E io, stringendo i denti, tornava a prendere la scopa, a spolverare, lavare i vetri, pulire angoli dove non passava un panno da anni. Mio suocero non conosceva pietà. Trova da ridire su ogni dettaglio, inventandosi nuovi lavori finché non crollavo dalla stanchezza. E lo faceva solo quando mio marito non c’era. Provavo a restare fuori più tempo possibile per evitare la sua ira, ma non serviva a nulla.

“Torno dal lavoro e tu dove te ne vai in giro?” urlava se la cena non era pronta al suo ritorno. “I pavimenti sono sporchi, si sente scricchiolare sotto i piedi, e lei se la prende comoda!”

Le sue parole mi tagliavano l’anima come coltelli. Mi umiliava ogni volta che poteva, e io tacevo, senza voler dare altri pensieri a mio marito. Andrea già si spaccava la schiena facendo due lavori per mantenerci. Cercavo di gestire la situazione da sola, sperando che si abituasse a me. Ma le sue pretese crescevano come una palla di neve. La minestra era senza sale, il piatto mal lavato, non avevo rifatto bene il letto. A volte le sue lamentele erano così assurde che trattenevo a fatica una risata amara. Dovevo lavare i pavimenti due volte al giorno, stirare non solo i nostri vestiti ma anche le sue camicie, come se fosse mio dovere servirlo.

“Perché dovrei prendere in mano il ferro da stiro se in casa c’è una donna?” strillava. “Se mio figlio si è scelto una scroccona così, che divorzi! Se ne sta tutto il giorno a poltrire!”

Vivendo con Roberto ho capito perché sua moglie era scappata via appena dopo aver partorito. Sopportare quell’uomo era oltre ogni umana capacità. Ho cominciato ad ammirare quella donna che l’aveva tollerato per qualche anno. Era un’eroina. Ma un giorno ho raggiunto il mio limite.

Ero in cucina a strofinare una pentola quando lui è entrato ricominciando a farmi la solita ramanzina su come “non facevo mai nulla bene”. La sua voce piena di disprezzo è stata la goccia che ha fatto traboccare il vaso.
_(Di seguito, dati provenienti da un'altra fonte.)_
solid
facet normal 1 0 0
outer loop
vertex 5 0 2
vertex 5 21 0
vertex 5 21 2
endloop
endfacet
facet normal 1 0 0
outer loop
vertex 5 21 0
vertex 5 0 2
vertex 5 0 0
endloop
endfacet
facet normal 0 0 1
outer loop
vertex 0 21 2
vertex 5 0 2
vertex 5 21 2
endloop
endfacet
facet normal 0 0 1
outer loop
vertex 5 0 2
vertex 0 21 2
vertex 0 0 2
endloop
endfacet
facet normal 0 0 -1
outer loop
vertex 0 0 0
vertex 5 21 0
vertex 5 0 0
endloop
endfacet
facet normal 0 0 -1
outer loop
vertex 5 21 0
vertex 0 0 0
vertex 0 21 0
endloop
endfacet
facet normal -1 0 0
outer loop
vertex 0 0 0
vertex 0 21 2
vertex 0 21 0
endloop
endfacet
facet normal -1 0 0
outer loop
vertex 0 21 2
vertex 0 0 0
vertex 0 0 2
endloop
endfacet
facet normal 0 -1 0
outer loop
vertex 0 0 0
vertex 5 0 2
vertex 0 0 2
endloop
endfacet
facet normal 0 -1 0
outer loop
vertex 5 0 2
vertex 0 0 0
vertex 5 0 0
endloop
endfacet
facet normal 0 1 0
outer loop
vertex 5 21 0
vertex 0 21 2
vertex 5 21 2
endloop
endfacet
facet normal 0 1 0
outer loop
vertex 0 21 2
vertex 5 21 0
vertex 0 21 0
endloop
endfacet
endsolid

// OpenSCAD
translate([2.5, 1.5, 1.0]) color([0.6894664766240866, 0.932788033819558, 0.23286310478430694]) cube([5, 3, 2], center=true);
translate([2.5, 4.5, 1.0]) color([0.14188743522012004, 0.4540480681686925, 0.4766939084563374]) cube([5, 3, 2], center=true);
translate([2.5, 7.5, 1.0]) color([0.7074804824528956, 0.2582188407343454, 0.027936242271358158]) cube([5, 3, 2], center=true);
translate([2.5, 10.5, 1.0]) color([0.20812012525081536, 0.33501316214628807, 0.9609071038114427]) cube([5, 3, 2], center=true);
translate([2.5, 13.5, 1.0]) color([0.29634664160852753, 0.8784103092413238, 0.5532045188241876]) cube([5, 3, 2], center=true);
translate([2.5, 16.5, 1.0]) color([0.32698413866792275, 0.5930193960141523, 0.08080901281968078]) cube([5, 3, 2], center=true);
translate([2.5, 19.5, 1.0]) color([0.5332278801564081, 0.30776249733867533, 0.3765889324074634]) cube([5, 3, 2], center=true);
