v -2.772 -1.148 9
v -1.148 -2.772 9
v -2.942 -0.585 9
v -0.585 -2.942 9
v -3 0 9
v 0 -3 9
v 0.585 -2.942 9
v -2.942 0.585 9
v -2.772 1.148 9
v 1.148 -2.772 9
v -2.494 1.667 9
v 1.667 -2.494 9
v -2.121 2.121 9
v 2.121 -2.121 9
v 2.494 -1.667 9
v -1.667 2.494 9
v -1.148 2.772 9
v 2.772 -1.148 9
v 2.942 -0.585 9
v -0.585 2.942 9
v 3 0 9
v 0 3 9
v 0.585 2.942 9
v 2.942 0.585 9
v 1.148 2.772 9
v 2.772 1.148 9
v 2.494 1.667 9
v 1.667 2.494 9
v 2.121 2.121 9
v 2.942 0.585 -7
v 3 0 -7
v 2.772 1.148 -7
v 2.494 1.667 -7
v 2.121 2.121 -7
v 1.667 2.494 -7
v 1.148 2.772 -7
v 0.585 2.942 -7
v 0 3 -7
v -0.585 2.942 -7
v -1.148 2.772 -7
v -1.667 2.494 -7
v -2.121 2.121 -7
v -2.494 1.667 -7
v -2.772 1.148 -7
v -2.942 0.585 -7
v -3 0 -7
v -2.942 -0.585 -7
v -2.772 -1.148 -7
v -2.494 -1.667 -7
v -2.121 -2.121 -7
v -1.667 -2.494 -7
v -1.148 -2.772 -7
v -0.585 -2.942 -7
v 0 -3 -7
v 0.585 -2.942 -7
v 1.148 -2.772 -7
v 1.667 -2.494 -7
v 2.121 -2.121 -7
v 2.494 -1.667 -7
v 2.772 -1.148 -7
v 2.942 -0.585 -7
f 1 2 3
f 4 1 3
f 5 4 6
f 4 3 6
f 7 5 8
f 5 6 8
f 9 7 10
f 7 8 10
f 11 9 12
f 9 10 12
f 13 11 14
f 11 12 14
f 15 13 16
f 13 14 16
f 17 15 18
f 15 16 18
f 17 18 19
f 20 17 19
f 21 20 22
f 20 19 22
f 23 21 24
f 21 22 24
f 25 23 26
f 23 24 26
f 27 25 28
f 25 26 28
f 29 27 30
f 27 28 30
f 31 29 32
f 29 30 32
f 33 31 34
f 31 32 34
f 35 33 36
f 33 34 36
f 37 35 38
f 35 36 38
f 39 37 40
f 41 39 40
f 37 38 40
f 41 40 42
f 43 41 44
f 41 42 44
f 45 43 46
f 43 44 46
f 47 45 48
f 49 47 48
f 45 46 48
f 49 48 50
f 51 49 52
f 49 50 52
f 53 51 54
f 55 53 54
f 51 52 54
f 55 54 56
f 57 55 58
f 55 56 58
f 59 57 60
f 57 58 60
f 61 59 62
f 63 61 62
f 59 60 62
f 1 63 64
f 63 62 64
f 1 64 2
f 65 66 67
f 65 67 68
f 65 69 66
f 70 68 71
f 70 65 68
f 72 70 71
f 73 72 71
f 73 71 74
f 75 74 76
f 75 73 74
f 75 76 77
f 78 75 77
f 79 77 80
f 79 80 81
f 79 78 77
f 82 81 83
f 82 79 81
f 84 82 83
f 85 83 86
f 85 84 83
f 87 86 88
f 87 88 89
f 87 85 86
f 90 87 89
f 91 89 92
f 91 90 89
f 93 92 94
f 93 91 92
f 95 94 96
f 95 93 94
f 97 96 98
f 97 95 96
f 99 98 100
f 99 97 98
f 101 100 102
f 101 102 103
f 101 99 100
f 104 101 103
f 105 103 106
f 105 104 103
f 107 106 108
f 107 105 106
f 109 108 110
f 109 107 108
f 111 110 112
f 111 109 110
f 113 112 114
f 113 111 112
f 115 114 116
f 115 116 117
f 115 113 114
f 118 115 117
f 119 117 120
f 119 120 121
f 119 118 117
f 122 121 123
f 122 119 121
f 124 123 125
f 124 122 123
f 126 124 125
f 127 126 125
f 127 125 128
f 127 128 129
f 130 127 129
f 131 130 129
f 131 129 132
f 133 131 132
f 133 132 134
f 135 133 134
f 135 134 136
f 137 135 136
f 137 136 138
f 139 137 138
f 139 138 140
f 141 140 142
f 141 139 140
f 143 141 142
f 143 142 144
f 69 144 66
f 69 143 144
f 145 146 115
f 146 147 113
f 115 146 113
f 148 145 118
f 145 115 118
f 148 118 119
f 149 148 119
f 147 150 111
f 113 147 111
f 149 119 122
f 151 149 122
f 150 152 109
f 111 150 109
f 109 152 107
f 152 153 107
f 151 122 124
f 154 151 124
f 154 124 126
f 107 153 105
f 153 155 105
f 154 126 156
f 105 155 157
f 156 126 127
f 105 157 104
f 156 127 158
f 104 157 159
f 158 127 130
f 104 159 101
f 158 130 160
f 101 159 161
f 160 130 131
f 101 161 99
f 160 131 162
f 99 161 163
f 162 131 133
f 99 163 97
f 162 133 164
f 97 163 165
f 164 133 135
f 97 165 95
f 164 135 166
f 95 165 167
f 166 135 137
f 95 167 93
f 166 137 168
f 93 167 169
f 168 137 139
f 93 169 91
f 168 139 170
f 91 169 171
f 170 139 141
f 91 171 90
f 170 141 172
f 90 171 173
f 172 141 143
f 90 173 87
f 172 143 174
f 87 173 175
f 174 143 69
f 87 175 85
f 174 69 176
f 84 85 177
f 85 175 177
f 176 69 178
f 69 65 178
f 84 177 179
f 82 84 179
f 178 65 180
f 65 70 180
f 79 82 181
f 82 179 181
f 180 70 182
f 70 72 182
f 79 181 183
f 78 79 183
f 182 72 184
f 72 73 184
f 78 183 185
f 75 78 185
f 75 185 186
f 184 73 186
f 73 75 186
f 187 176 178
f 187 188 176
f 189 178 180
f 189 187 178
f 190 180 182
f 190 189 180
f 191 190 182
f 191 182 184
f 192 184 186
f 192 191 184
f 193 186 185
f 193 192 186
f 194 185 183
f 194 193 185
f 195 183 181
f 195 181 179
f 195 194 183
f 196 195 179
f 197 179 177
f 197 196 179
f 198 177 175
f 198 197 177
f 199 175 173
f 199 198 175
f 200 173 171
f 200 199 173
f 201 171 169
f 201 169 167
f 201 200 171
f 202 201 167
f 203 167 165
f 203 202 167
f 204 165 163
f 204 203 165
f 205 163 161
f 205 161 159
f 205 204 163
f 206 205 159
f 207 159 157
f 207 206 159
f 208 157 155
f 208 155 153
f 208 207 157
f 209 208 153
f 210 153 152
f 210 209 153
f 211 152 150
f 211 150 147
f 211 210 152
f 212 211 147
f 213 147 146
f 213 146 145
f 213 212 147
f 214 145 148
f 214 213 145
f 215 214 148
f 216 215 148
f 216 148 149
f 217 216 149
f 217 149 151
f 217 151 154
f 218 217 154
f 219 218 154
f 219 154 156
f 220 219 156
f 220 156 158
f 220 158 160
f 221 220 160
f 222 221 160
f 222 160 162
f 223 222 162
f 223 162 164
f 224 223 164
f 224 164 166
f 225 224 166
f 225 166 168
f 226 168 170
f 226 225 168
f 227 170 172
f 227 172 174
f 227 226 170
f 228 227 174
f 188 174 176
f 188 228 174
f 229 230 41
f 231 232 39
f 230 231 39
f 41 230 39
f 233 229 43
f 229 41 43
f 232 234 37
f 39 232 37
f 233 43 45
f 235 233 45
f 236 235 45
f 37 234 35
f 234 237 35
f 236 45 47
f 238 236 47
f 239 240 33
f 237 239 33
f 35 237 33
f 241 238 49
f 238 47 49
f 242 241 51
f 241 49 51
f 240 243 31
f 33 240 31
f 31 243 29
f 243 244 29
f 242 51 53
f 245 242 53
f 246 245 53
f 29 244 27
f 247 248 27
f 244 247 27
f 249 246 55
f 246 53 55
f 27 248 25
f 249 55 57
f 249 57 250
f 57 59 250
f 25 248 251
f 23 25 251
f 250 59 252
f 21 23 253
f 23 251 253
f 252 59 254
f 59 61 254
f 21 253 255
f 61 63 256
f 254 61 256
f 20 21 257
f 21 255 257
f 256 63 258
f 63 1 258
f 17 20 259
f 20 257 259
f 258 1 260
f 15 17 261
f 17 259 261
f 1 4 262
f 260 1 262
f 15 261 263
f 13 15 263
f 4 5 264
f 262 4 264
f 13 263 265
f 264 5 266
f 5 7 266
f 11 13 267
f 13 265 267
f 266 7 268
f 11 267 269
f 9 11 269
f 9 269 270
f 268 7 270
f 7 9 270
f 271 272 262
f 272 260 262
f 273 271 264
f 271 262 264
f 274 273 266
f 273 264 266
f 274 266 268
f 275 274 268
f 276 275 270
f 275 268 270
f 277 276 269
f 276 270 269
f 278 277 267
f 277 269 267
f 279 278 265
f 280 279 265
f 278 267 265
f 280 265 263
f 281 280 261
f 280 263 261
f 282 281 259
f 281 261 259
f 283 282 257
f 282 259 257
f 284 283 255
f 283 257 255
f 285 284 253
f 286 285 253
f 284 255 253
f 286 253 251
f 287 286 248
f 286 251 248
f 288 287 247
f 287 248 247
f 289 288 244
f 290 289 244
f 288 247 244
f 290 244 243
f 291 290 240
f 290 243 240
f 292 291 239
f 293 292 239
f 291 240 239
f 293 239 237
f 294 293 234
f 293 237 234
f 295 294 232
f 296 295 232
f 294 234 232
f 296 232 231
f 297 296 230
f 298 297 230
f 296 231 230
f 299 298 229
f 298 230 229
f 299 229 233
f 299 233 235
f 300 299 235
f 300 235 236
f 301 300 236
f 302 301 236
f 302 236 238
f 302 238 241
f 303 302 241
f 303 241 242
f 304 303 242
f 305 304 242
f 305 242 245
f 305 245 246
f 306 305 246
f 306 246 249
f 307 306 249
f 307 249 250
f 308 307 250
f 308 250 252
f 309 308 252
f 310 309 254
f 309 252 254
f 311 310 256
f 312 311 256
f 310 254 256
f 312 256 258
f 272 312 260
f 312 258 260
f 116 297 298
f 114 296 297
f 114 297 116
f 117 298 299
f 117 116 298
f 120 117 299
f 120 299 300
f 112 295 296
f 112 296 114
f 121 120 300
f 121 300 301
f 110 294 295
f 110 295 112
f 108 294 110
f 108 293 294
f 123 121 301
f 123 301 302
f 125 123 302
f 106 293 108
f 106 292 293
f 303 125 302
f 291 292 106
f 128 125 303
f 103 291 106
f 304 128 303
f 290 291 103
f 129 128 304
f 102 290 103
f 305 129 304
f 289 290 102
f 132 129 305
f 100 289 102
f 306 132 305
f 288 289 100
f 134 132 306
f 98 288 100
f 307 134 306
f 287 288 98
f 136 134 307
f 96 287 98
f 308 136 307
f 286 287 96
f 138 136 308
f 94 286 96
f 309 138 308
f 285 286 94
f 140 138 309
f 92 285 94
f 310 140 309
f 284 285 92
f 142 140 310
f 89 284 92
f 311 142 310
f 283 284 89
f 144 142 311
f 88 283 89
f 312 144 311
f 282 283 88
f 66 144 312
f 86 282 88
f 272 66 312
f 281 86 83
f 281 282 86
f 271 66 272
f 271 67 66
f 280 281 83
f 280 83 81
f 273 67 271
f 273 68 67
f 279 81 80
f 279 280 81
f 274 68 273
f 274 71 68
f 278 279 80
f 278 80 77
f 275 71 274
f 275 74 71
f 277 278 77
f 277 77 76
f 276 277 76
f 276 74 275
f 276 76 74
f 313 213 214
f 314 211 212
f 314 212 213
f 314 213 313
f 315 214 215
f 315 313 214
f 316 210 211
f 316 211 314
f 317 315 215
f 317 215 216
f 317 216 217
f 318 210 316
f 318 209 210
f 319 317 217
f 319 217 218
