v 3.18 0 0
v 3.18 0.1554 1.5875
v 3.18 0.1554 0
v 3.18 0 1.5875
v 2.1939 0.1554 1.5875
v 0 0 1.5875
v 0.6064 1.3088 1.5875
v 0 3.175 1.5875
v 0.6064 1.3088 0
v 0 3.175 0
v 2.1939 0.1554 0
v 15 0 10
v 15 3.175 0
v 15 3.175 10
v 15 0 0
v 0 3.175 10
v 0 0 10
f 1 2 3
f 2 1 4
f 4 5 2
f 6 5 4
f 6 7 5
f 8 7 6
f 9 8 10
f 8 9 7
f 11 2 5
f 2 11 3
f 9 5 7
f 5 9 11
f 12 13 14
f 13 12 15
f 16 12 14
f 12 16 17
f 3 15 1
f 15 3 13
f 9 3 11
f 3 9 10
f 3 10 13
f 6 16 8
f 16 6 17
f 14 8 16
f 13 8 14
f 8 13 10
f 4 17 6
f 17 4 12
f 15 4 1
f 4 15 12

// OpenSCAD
function woodThickness()=3.175;
function boxWidth()=200;
function boxDepth()=140;
function boxHeight()=140;

function topWidth()=boxWidth();
function topDepth()=boxDepth();
function topHeight()=woodThickness();

function frontWidth()=boxWidth();
function frontDepth()=woodThickness();
function frontHeight()=boxHeight();

function backWidth()=boxWidth();
function backDepth()=woodThickness();
function backHeight()=boxHeight();

function bottomWidth()=boxWidth();
function bottomDepth()=boxDepth();
function bottomHeight()=woodThickness();

function leftWidth()=woodThickness();
function leftDepth()=boxDepth();
function leftHeight()=boxHeight();

function rightWidth()=woodThickness();
function rightDepth()=boxDepth();
function rightHeight()=boxHeight();

function tabWidth()=15;
function tabDepth()=woodThickness();
function tabHeight()=10;

function pinWidth()=woodThickness();
function pinDepth()=woodThickness();
function pinHeight()=15;

module fillet(r=woodThickness(),h=woodThickness()) {
    translate([r / 2, r / 2, 0])

        difference() {
            cube([r + 0.01, r + 0.01, h], center = true);

            translate([r/2, r/2, 0])
                cylinder(r = r, h = h + 1, center = true);

        }
}

module tab(){
	difference(){
		cube([tabWidth(),tabDepth(),tabHeight()]);
		#fillet();
	}
}

module frontSide(){
	cube([frontWidth(),frontDepth(),frontHeight()]);
}

tab();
Ho sbattuto la pentola nel lavandino, mi sono asciugata le mani e, senza dire una parola, sono andata a fare le valigie. Meglio vivere con il pane e la mortadella che permettere a quel tiranno di distruggermi i nervi e la salute. Non pensavo solo a me, ma anche al bambino che non aveva bisogno di scandali e umiliazioni.

“Vattene pure al diavolo!” mi gridava dietro, accompagnandomi con i peggiori insulti.

Proprio in quel momento è tornato Andrea. Vedendomi in quello stato, ha fatto fatica a trattenersi dall’aggredire suo padre. Sono riuscita a portarlo via, e il giorno dopo avevamo trovato una stanzetta da affittare. Da allora Andrea non parla più con suo padre. Roberto gli ha mandato qualche messaggio velenoso, accusandolo di aver “scambiato il sangue del proprio padre per una donna qualunque”. Dopo quell’episodio, mio marito ha tagliato ogni rapporto.

Ancora oggi non capisco come da un uomo del genere possa essere venuto fuori un figlio così buono e premuroso. Forse il suocero si era inasprito per la solitudine o la gelosia, ma non ho né la forza né la voglia di approfondire. Non ci sentiamo più, e spero che continui così per sempre.